TASK INSTRUCTIONS:
Please set the lines down again exactly, from the top of the entries through the line that contains "#6=PRODUCT_DEFINITION('','',#4,#5);".

[Collected data entries]
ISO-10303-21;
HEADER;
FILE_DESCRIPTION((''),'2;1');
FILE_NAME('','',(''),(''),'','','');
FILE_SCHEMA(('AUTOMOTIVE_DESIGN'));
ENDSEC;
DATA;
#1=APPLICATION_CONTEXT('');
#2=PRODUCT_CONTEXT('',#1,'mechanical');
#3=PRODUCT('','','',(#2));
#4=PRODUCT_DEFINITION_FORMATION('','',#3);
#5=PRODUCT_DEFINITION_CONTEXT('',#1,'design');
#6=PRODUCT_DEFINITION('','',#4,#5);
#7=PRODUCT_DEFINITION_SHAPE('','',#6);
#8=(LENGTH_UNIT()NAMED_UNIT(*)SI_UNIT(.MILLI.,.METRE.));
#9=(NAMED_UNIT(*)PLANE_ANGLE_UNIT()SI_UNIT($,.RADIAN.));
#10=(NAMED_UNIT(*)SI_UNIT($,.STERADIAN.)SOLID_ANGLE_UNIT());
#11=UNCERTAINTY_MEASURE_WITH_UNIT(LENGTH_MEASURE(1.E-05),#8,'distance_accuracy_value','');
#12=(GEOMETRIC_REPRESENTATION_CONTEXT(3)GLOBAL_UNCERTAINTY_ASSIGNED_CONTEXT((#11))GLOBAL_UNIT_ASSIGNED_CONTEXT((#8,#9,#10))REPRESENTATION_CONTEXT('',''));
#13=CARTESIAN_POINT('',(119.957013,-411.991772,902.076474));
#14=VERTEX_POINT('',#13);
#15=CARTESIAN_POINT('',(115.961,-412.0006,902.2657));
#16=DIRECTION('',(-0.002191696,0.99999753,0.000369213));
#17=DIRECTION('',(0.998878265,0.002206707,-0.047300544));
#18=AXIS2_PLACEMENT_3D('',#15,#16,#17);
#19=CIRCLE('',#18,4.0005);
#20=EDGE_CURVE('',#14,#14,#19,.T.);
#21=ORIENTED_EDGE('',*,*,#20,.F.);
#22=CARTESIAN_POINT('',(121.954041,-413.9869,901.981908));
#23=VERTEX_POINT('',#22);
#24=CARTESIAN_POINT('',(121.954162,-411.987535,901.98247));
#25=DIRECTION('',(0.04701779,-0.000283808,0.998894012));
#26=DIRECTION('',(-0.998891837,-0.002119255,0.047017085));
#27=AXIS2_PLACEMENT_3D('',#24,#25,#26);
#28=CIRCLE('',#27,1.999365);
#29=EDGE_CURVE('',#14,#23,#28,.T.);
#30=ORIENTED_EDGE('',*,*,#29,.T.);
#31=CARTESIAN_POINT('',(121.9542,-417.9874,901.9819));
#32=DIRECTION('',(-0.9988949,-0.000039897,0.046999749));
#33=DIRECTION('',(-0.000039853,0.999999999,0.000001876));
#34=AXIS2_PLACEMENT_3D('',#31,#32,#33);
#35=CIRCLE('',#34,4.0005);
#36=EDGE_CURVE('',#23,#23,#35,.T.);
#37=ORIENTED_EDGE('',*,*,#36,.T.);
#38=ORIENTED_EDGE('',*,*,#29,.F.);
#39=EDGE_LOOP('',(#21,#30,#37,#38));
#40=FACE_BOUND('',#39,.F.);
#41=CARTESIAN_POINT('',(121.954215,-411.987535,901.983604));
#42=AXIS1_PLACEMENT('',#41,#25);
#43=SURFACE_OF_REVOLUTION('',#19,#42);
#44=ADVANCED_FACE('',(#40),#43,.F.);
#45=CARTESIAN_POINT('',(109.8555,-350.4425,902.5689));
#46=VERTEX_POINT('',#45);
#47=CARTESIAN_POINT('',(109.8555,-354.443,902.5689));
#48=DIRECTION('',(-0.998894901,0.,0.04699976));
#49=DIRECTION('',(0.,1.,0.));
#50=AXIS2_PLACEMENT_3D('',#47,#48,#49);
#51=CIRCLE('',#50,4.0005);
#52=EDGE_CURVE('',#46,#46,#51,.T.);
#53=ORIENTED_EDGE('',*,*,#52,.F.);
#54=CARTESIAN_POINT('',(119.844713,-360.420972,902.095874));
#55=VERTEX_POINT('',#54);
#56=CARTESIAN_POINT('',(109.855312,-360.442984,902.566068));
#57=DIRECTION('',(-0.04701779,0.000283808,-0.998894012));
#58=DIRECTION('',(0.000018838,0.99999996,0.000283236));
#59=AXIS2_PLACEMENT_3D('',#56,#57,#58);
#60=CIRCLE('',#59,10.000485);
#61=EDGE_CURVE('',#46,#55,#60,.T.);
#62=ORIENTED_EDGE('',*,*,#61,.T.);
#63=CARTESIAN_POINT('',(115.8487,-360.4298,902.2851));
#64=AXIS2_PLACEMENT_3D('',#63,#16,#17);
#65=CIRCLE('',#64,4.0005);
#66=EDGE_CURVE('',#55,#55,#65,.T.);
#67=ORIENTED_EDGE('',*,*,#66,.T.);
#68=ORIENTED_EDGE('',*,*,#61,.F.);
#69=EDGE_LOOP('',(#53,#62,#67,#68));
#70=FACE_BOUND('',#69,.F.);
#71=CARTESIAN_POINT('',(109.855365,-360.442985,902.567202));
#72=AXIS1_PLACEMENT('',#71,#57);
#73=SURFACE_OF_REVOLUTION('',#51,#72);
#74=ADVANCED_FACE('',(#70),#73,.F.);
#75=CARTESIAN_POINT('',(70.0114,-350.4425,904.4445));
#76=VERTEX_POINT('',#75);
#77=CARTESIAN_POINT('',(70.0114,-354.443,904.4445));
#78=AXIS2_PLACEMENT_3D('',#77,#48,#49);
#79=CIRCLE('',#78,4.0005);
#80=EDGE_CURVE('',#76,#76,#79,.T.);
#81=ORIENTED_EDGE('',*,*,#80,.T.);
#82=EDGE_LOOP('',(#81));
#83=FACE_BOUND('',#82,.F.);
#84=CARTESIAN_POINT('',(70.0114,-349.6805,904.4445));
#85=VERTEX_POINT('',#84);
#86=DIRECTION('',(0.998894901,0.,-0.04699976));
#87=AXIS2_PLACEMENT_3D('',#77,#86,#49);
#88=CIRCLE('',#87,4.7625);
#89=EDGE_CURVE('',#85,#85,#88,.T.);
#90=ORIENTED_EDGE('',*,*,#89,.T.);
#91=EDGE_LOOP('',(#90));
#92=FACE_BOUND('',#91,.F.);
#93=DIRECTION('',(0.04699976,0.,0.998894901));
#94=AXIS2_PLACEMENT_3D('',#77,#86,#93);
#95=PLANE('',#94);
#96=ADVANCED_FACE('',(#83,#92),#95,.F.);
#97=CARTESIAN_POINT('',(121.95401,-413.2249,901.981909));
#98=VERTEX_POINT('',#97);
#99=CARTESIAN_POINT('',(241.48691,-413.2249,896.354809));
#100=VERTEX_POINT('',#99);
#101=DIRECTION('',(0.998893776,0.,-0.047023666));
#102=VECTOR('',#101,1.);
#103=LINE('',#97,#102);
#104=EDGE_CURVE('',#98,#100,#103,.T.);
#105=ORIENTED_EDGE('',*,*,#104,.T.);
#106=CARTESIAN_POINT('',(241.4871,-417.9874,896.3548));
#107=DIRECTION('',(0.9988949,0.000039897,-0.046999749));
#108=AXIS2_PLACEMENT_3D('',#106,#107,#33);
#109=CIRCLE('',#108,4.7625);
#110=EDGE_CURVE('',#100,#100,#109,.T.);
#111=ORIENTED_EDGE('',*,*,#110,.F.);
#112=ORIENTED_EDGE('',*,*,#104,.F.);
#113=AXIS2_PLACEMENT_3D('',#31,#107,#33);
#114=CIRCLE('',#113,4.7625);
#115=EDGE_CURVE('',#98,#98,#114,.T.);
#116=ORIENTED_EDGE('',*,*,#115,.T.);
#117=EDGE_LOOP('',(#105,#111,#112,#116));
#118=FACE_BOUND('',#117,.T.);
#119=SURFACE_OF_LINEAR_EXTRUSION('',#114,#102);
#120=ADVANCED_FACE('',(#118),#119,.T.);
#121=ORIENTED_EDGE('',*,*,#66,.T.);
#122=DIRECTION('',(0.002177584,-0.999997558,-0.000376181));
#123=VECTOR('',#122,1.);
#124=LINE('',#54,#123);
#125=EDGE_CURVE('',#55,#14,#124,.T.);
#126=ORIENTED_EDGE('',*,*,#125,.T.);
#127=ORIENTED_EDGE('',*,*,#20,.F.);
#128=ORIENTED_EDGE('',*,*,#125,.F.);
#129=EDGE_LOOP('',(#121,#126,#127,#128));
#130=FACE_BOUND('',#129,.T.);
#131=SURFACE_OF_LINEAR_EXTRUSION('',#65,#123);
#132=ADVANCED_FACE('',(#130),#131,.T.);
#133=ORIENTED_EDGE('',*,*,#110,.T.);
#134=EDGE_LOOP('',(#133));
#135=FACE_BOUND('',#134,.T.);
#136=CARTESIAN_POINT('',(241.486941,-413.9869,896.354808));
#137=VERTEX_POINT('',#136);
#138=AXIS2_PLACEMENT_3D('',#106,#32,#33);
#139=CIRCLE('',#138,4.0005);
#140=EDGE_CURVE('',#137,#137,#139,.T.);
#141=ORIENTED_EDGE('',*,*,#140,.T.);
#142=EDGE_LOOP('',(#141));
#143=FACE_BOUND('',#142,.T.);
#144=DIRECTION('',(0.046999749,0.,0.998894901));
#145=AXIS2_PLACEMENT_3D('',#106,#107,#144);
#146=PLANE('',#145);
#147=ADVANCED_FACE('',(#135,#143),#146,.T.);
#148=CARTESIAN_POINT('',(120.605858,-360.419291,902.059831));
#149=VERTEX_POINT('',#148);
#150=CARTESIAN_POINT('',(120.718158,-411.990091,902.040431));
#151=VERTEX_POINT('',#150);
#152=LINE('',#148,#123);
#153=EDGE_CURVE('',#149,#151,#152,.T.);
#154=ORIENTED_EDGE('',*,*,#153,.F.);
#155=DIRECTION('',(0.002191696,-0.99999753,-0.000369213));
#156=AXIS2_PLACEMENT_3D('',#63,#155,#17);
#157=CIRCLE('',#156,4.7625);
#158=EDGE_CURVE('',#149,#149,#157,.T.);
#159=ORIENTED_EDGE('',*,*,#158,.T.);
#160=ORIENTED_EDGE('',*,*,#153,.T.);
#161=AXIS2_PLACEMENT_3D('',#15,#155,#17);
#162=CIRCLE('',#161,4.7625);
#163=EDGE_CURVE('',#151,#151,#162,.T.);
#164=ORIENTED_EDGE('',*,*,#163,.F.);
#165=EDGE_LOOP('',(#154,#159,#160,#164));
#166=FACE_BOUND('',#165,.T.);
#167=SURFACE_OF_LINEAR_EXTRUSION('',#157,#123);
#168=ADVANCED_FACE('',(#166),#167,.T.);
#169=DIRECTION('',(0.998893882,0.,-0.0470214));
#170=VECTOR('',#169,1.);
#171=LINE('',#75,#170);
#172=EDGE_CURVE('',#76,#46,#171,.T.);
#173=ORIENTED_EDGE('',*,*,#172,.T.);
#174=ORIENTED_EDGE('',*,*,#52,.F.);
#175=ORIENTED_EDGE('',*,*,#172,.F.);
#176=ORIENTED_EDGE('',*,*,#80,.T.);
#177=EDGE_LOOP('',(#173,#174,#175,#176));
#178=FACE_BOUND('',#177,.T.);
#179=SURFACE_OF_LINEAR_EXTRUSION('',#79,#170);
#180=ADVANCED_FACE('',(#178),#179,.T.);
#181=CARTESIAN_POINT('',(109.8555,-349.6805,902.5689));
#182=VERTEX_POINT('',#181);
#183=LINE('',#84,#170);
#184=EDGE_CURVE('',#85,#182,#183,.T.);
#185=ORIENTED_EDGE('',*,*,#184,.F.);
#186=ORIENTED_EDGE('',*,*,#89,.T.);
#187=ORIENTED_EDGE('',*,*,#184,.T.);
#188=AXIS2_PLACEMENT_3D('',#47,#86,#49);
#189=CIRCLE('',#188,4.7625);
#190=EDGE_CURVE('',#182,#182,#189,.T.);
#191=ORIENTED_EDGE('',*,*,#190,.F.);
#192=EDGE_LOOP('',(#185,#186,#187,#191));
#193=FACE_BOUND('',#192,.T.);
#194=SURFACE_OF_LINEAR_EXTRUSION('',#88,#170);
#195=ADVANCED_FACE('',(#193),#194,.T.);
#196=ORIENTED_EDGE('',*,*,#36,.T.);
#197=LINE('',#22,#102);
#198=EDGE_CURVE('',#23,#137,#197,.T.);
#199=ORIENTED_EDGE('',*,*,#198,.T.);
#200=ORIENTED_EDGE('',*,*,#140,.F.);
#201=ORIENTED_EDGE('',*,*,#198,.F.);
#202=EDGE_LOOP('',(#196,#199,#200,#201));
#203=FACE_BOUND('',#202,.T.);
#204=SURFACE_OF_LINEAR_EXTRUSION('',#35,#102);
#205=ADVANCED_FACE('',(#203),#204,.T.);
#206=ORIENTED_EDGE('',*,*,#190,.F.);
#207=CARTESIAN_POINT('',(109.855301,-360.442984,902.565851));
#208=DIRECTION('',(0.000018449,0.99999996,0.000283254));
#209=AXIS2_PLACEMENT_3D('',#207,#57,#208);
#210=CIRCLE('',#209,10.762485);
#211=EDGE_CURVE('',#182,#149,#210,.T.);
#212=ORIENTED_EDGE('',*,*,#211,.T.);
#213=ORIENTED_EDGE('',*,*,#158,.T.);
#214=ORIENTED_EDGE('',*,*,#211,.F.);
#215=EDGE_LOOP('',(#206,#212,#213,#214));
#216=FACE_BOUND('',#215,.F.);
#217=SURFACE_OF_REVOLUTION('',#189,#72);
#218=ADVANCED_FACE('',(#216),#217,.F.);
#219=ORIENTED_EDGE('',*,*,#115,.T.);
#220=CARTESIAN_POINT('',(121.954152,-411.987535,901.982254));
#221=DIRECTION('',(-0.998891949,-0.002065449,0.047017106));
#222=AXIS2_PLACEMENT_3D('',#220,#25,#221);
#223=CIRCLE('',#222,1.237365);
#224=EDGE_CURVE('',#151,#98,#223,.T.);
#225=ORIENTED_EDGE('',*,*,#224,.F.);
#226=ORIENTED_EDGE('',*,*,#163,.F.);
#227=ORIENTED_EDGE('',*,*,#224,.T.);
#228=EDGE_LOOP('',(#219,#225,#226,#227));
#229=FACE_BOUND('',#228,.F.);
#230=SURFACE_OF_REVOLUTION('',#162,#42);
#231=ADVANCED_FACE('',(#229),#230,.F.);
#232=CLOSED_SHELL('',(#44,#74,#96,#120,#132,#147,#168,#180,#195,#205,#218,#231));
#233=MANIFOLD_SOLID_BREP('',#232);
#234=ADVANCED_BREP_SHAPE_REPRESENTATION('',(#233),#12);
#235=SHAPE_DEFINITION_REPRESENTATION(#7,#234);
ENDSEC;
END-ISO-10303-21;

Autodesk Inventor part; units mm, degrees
ref_plane "YZ Plane" through (0, 0, 0) normal (1, 0, 0) x (0, 1, 0)
ref_plane "XZ Plane" through (0, 0, 0) normal (0, 1, 0) x (-1, 0, 0)
ref_plane "Work Plane4" through (70.0114, -354.443, 904.4445) normal (0.9989, 0, -0.047) x (0, 1, 0)
sketch "Sketch6" plane through (70.0114, -354.443, 904.4445) normal (0.9989, 0, -0.047) x (0, 1, 0)
  circle A0 centre (0, 0) radius 4.7625
  circle A1 centre (0, 0) radius 4.0005
sketch3d "3D Sketch4"
  line L0 (70.0114, -354.443, 904.4445) -> (109.8555, -354.443, 902.5689)
  arc A0 (109.8555, -354.443, 902.5689) -> (115.8487, -360.4298, 902.2851) centre (109.8554, -360.4429, 902.5672) ccw
  line L1 (115.8487, -360.4298, 902.2851) -> (115.961, -412.0006, 902.2657)
  arc A1 (115.961, -412.0006, 902.2657) -> (121.9542, -417.9874, 901.9819) centre (121.9543, -411.9875, 901.9836) ccw
  line L2 (121.9542, -417.9874, 901.9819) -> (241.4871, -417.9874, 896.3548)
  dimension "d16" = 5.9999
  dimension "d17" = 5.9999
sweep "Sweep4" add profiles "Sketch6" path "3D Sketch4"
equation "\"OD\" = 9.525"
equation "\"t\" = 0.762"
equation "\"L\" = PL"
equation "\"ID\" = 8.001"
equation "\"PL\" = 229.9462"
equation "\"Size_Designation\" = 1.2345"
properties material "Copper"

OUTPUT OF THE TASK:
ISO-10303-21;
HEADER;
FILE_DESCRIPTION((''),'2;1');
FILE_NAME('','',(''),(''),'','','');
FILE_SCHEMA(('AUTOMOTIVE_DESIGN'));
ENDSEC;
DATA;
#1=APPLICATION_CONTEXT('');
#2=PRODUCT_CONTEXT('',#1,'mechanical');
#3=PRODUCT('','','',(#2));
#4=PRODUCT_DEFINITION_FORMATION('','',#3);
#5=PRODUCT_DEFINITION_CONTEXT('',#1,'design');
#6=PRODUCT_DEFINITION('','',#4,#5);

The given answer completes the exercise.